** Given information **
=-=-=
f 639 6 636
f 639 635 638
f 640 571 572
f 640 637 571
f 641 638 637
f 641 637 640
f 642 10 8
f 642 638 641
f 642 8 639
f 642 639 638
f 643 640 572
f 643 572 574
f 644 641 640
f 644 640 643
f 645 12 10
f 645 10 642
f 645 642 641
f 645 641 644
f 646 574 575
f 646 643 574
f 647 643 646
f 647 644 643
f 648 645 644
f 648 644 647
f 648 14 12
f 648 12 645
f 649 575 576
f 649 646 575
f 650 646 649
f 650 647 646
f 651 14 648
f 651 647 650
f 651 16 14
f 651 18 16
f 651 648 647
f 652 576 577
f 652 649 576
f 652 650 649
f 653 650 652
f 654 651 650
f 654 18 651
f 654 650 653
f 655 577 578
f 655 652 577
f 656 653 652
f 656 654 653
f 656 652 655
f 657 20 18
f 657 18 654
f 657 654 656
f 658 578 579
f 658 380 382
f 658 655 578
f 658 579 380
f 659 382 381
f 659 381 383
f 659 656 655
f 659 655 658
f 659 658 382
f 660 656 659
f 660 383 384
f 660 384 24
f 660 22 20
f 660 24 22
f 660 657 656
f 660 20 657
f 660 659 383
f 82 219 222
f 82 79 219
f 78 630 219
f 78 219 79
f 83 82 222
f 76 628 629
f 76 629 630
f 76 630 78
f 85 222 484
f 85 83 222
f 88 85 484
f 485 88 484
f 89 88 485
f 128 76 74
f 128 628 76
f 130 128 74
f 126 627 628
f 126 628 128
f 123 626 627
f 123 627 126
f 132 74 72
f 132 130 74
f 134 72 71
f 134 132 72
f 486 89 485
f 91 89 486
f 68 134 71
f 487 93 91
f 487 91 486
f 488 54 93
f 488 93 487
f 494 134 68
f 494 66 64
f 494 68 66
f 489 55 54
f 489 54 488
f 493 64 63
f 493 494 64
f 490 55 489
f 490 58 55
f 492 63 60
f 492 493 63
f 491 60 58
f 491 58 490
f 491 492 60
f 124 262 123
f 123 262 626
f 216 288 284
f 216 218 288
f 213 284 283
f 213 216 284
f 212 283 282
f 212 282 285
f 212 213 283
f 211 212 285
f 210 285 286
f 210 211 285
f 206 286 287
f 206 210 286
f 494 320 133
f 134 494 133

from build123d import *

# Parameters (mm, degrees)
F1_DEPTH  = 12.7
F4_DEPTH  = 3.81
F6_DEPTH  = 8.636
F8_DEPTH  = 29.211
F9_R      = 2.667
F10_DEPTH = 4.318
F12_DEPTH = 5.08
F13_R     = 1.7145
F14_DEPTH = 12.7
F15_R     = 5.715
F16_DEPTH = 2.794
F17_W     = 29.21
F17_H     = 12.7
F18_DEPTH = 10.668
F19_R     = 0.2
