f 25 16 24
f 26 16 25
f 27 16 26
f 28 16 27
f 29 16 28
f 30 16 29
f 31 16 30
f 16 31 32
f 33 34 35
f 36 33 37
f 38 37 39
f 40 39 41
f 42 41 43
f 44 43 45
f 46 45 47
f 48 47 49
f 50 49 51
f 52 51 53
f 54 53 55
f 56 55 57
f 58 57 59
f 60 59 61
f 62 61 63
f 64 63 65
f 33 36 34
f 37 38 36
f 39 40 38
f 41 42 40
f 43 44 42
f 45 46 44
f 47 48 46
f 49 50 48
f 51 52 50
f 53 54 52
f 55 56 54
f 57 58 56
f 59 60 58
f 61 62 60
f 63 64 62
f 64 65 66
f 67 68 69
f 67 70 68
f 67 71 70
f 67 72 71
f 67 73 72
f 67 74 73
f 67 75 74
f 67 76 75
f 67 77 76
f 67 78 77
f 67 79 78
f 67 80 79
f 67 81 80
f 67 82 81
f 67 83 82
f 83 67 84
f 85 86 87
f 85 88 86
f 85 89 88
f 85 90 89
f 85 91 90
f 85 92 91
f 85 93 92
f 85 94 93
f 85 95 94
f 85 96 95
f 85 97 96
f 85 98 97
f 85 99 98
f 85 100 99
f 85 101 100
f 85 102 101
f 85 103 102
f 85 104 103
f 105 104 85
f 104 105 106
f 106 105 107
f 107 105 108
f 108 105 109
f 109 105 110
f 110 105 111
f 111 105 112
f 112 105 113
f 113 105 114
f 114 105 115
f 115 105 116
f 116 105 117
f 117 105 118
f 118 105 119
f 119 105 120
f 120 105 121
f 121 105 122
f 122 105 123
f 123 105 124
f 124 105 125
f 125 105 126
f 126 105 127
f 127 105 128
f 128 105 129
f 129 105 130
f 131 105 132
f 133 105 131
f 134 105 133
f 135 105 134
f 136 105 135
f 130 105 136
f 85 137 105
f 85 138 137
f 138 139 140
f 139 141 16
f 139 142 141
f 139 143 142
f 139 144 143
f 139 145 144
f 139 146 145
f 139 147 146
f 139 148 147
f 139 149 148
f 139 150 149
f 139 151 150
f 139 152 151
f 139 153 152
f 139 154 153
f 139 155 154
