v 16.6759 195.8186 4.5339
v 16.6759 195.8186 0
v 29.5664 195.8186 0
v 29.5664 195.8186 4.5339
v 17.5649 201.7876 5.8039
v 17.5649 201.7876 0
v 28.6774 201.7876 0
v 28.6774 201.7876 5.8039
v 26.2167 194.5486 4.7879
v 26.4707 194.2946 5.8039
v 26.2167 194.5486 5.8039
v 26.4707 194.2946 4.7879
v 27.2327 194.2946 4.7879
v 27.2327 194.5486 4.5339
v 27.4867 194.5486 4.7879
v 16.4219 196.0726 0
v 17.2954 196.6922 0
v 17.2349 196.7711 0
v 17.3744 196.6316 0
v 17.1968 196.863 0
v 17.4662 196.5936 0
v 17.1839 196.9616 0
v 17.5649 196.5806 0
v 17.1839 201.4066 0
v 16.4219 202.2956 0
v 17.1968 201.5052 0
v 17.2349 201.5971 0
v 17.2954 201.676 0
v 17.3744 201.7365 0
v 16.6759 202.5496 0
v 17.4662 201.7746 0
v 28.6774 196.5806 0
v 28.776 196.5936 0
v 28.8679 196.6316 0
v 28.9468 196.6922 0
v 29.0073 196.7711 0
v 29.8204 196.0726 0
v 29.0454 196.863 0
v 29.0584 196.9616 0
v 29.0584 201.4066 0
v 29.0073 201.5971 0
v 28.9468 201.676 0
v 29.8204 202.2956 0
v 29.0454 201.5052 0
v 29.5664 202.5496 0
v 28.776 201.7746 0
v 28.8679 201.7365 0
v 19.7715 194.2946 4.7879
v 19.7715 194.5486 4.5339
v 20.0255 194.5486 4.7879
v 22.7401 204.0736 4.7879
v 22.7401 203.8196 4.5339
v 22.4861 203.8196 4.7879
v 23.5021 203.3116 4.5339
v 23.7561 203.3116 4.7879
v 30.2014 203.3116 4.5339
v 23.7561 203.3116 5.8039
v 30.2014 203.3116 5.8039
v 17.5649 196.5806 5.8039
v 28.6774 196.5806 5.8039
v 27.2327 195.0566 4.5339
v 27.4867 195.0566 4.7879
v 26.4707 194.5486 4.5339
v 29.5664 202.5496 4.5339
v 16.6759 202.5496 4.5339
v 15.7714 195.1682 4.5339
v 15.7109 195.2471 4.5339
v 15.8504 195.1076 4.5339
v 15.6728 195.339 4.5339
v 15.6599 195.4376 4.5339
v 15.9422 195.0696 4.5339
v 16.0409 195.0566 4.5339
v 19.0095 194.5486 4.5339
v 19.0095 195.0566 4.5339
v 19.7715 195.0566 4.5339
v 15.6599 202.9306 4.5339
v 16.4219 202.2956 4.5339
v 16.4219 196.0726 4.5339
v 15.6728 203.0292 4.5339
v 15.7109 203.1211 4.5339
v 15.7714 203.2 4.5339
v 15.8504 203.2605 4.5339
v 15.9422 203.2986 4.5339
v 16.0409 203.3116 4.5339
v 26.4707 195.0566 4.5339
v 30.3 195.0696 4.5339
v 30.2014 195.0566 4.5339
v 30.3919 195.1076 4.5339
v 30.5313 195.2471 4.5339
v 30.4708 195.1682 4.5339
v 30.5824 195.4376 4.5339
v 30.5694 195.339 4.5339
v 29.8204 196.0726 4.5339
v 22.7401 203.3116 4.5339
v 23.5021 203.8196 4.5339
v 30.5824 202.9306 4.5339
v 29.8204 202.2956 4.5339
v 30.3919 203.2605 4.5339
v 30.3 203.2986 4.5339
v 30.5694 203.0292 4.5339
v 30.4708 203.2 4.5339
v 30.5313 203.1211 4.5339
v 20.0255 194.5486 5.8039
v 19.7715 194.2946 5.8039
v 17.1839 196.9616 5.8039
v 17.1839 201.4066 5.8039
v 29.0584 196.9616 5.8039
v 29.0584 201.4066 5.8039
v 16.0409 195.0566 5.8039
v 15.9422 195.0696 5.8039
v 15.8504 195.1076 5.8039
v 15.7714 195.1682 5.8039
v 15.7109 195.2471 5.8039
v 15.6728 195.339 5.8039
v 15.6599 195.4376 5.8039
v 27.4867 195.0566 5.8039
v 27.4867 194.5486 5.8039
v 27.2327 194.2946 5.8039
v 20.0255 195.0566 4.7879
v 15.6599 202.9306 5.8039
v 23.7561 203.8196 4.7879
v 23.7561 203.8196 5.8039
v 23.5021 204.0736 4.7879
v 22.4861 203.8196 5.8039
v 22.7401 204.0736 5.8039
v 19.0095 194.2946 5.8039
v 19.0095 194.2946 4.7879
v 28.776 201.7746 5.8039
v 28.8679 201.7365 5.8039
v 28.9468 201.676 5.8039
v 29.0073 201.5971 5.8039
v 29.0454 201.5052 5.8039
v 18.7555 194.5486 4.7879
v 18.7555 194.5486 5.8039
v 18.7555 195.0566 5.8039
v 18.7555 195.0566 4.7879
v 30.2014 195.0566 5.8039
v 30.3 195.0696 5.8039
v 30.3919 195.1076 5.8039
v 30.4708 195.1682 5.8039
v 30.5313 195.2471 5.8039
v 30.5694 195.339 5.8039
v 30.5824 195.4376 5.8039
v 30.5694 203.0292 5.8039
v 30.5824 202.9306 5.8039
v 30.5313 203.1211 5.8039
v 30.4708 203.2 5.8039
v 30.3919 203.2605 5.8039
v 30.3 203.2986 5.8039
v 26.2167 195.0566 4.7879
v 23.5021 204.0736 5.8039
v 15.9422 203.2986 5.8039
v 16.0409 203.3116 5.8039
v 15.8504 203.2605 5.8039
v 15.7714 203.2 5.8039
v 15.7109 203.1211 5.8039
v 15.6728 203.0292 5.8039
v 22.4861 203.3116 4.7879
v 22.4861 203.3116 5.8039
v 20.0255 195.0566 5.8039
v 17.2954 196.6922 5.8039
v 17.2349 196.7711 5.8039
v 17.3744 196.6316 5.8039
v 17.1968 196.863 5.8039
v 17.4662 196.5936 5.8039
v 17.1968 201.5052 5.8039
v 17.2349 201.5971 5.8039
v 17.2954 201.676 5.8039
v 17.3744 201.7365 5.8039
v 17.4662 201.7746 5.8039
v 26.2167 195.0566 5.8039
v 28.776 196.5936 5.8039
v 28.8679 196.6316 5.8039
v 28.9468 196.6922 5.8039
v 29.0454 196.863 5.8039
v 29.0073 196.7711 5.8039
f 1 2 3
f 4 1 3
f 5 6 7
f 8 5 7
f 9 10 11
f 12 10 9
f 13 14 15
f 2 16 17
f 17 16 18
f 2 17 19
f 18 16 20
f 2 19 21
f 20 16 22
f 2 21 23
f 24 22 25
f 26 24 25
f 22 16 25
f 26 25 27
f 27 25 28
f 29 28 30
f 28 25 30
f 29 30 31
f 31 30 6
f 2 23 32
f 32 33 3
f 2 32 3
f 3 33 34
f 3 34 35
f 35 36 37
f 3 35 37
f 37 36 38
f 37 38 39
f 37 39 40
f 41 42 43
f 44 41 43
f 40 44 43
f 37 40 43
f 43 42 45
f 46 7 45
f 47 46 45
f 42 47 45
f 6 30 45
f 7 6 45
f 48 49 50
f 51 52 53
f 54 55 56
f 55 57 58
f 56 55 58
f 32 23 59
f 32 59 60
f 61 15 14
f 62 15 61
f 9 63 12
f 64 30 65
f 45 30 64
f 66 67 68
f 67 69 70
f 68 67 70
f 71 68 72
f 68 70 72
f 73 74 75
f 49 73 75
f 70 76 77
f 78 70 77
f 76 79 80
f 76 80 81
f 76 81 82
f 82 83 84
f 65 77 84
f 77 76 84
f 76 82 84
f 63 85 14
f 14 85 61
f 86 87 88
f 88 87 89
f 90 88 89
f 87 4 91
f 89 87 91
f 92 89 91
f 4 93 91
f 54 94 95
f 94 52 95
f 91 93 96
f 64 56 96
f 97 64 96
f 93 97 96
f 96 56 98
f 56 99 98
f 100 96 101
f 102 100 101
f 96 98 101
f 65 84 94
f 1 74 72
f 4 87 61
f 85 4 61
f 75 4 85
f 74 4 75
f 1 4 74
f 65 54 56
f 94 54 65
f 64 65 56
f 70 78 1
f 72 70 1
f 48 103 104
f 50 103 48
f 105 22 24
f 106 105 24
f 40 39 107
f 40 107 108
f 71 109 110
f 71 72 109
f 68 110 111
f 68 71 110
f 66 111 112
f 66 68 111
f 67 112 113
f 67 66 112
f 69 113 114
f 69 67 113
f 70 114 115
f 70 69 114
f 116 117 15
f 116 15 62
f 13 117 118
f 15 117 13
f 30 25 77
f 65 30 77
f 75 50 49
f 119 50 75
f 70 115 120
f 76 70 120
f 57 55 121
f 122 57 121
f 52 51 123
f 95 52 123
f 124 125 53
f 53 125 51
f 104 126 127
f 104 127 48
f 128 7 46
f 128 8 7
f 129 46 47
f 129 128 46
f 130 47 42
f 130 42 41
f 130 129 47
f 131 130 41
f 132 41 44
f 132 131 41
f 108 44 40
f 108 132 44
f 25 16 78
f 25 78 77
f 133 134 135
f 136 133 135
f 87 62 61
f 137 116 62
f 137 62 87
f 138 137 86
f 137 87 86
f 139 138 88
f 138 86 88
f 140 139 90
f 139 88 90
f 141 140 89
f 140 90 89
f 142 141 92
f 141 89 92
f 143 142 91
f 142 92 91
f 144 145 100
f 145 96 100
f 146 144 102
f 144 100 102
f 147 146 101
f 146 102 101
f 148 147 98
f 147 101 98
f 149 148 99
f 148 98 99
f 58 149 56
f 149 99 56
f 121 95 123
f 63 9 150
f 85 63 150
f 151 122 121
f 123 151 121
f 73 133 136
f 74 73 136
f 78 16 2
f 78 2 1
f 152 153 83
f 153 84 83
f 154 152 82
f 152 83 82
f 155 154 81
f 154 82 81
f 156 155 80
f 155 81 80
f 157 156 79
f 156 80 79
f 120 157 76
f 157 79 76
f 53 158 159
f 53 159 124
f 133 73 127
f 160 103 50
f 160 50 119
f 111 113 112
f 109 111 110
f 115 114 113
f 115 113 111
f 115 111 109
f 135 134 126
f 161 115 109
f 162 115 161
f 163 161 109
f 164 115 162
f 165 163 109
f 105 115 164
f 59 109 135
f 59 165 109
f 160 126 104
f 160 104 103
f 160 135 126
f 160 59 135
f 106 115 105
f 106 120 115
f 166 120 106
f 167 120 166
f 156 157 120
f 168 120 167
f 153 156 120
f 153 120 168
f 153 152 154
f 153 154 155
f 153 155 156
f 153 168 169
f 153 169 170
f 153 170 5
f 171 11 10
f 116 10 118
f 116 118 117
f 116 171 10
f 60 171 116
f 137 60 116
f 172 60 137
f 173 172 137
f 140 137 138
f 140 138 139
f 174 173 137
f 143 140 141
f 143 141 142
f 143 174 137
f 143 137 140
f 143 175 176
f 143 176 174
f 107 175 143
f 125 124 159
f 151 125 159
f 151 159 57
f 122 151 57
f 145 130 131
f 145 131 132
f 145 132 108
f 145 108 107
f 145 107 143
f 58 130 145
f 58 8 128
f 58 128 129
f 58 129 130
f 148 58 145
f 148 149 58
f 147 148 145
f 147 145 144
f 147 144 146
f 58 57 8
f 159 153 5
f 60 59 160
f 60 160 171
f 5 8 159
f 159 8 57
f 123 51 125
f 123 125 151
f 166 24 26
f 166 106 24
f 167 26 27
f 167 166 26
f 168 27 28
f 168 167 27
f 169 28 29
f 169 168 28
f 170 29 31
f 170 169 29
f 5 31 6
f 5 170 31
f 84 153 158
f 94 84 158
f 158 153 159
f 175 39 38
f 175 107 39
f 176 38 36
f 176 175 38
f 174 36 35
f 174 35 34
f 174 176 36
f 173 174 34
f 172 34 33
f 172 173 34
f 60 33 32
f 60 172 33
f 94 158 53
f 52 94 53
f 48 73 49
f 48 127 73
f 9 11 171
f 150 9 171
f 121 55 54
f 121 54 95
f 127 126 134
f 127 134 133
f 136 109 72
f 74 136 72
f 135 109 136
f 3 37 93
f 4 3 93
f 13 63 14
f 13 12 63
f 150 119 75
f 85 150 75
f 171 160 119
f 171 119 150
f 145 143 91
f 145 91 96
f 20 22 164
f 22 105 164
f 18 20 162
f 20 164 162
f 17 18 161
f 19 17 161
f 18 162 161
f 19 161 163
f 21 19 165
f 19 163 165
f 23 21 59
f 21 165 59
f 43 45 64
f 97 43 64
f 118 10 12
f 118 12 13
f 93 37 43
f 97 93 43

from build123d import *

# Parameters (mm, degrees)
SKETCH1_W           = 13.3985
SKETCH1_H           = 6.731
SKETCH1_W_2         = 11.8745
SKETCH1_H_2         = 5.207
EXTRUDE_THIN1_DEPTH = 5.8039
SKETCH2_W           = 14.9225
SKETCH2_H           = 8.255
SKETCH2_W_2         = 13.3985
SKETCH2_H_2         = 6.731
EXTRUDE_THIN2_DEPTH = 1.27
SKETCH4_W           = 1.27
SKETCH4_H           = 0.762
BOSS_EXTRUDE1_DEPTH = 1.27
CHAMFER1_SIZE       = 0.254
FILLET1_R           = 0.381


with BuildPart() as part:
    # Sketch1 → Extrude-Thin1 (new body)
    with BuildSketch(Plane.XY):
        with Locations((23.121102666, 199.184077883)):
            Rectangle(SKETCH1_W, SKETCH1_H)
        with Locations((23.121102666, 199.184077883)):
            Rectangle(SKETCH1_W_2, SKETCH1_H_2, mode=Mode.SUBTRACT)
    extrude(amount=EXTRUDE_THIN1_DEPTH)

    # Sketch2 → Extrude-Thin2 (add)
    with BuildSketch(Plane.XY.offset(5.8039)):
        with Locations((23.121102666, 199.184077883)):
            Rectangle(SKETCH2_W, SKETCH2_H)
        with Locations((23.121102666, 199.184077883)):
            Rectangle(SKETCH2_W_2, SKETCH2_H_2, mode=Mode.SUBTRACT)
    extrude(amount=-EXTRUDE_THIN2_DEPTH)

    # Sketch4 → Boss-Extrude1 (add)
    with BuildSketch(Plane.XY.offset(5.8039)):
        with Locations((23.121102666, 203.692577883)):
            Rectangle(SKETCH4_W, SKETCH4_H)
        with Locations((26.851727666, 194.675577883)):
            Rectangle(SKETCH4_W, SKETCH4_H)
        with Locations((19.390477666, 194.675577883)):
            Rectangle(SKETCH4_W, SKETCH4_H)
    extrude(amount=-BOSS_EXTRUDE1_DEPTH)

    # Chamfer1
    chamfer1_edges = [part.edges().sort_by_distance(p)[0] for p in [
        (16.421852666, 195.818577883, 2.26695),
        (16.421852666, 202.549577883, 2.26695),
        (29.820352666, 202.549577883, 2.26695),
        (29.820352666, 195.818577883, 2.26695),
        (22.486102666, 203.692577883, 4.5339),
        (23.121102666, 204.073577883, 4.5339),
        (22.486102666, 204.073577883, 5.1689),
        (23.756102666, 203.692577883, 4.5339),
        (23.756102666, 204.073577883, 5.1689),
        (27.486727666, 194.675577883, 4.5339),
        (26.851727666, 194.294577883, 4.5339),
        (27.486727666, 194.294577883, 5.1689),
        (26.216727666, 194.675577883, 4.5339),
        (26.216727666, 194.294577883, 5.1689),
        (20.025477666, 194.675577883, 4.5339),
        (19.390477666, 194.294577883, 4.5339),
        (20.025477666, 194.294577883, 5.1689),
        (18.755477666, 194.675577883, 4.5339),
        (18.755477666, 194.294577883, 5.1689),
    ]]
    chamfer(chamfer1_edges, length=CHAMFER1_SIZE)

    # Fillet1
    fillet1_edges = [part.edges().sort_by_distance(p)[0] for p in [
        (15.659852666, 203.311577883, 5.1689),
        (15.659852666, 195.056577883, 5.1689),
        (30.582352666, 195.056577883, 5.1689),
        (30.582352666, 203.311577883, 5.1689),
        (29.058352666, 201.787577883, 2.90195),
        (17.183852666, 201.787577883, 2.90195),
        (29.058352666, 196.580577883, 2.90195),
        (17.183852666, 196.580577883, 2.90195),
    ]]
    fillet(fillet1_edges, radius=FILLET1_R)


solid = part.part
=-=-=
** Your task **
The lines above, from the start of the records through the one containing "f 651 14 648", are to be printed exactly, and nothing else is to be included.

** Answer space **
f 639 6 636
f 639 635 638
f 640 571 572
f 640 637 571
f 641 638 637
f 641 637 640
f 642 10 8
f 642 638 641
f 642 8 639
f 642 639 638
f 643 640 572
f 643 572 574
f 644 641 640
f 644 640 643
f 645 12 10
f 645 10 642
f 645 642 641
f 645 641 644
f 646 574 575
f 646 643 574
f 647 643 646
f 647 644 643
f 648 645 644
f 648 644 647
f 648 14 12
f 648 12 645
f 649 575 576
f 649 646 575
f 650 646 649
f 650 647 646
f 651 14 648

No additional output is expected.